### Material shown

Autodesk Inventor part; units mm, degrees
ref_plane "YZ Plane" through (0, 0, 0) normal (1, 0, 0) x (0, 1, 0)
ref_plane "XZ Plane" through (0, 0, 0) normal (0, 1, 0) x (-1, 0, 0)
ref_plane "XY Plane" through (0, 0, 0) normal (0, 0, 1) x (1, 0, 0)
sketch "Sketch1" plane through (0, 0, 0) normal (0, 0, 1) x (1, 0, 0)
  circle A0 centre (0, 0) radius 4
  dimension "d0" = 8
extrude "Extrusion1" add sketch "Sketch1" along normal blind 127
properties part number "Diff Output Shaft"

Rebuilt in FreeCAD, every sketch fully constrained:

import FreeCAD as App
import Part
import Sketcher
Q = App.Units.Quantity

doc = App.newDocument("Part")
body = doc.addObject("PartDesign::Body", "Body")

sketch1 = body.newObject("Sketcher::SketchObject", "Sketch")
sketch1.AttachmentSupport = (doc.getObject("XY_Plane"), [""])
sketch1.MapMode = "FlatFace"
sketch1.addGeometry(Part.Circle(App.Vector(0, 0, 0), App.Vector(0, 0, 1), 4), False)
sketch1.addConstraint(Sketcher.Constraint("Coincident", 0, 3, -1, 1))
sketch1.addConstraint(Sketcher.Constraint("Diameter", 0, Q("8 mm")))
pad1 = body.newObject("PartDesign::Pad", "Pad")
pad1.Profile = sketch1
pad1.Length = 127

doc.recompute()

### Aim of the exercise
Each line of the data is to be retyped exactly as shown.

### Solution for this task
Autodesk Inventor part; units mm, degrees
ref_plane "YZ Plane" through (0, 0, 0) normal (1, 0, 0) x (0, 1, 0)
ref_plane "XZ Plane" through (0, 0, 0) normal (0, 1, 0) x (-1, 0, 0)
ref_plane "XY Plane" through (0, 0, 0) normal (0, 0, 1) x (1, 0, 0)
sketch "Sketch1" plane through (0, 0, 0) normal (0, 0, 1) x (1, 0, 0)
  circle A0 centre (0, 0) radius 4
  dimension "d0" = 8
extrude "Extrusion1" add sketch "Sketch1" along normal blind 127
properties part number "Diff Output Shaft"

Rebuilt in FreeCAD, every sketch fully constrained:

import FreeCAD as App
import Part
import Sketcher
Q = App.Units.Quantity

doc = App.newDocument("Part")
body = doc.addObject("PartDesign::Body", "Body")

sketch1 = body.newObject("Sketcher::SketchObject", "Sketch")
sketch1.AttachmentSupport = (doc.getObject("XY_Plane"), [""])
sketch1.MapMode = "FlatFace"
sketch1.addGeometry(Part.Circle(App.Vector(0, 0, 0), App.Vector(0, 0, 1), 4), False)
sketch1.addConstraint(Sketcher.Constraint("Coincident", 0, 3, -1, 1))
sketch1.addConstraint(Sketcher.Constraint("Diameter", 0, Q("8 mm")))
pad1 = body.newObject("PartDesign::Pad", "Pad")
pad1.Profile = sketch1
pad1.Length = 127

doc.recompute()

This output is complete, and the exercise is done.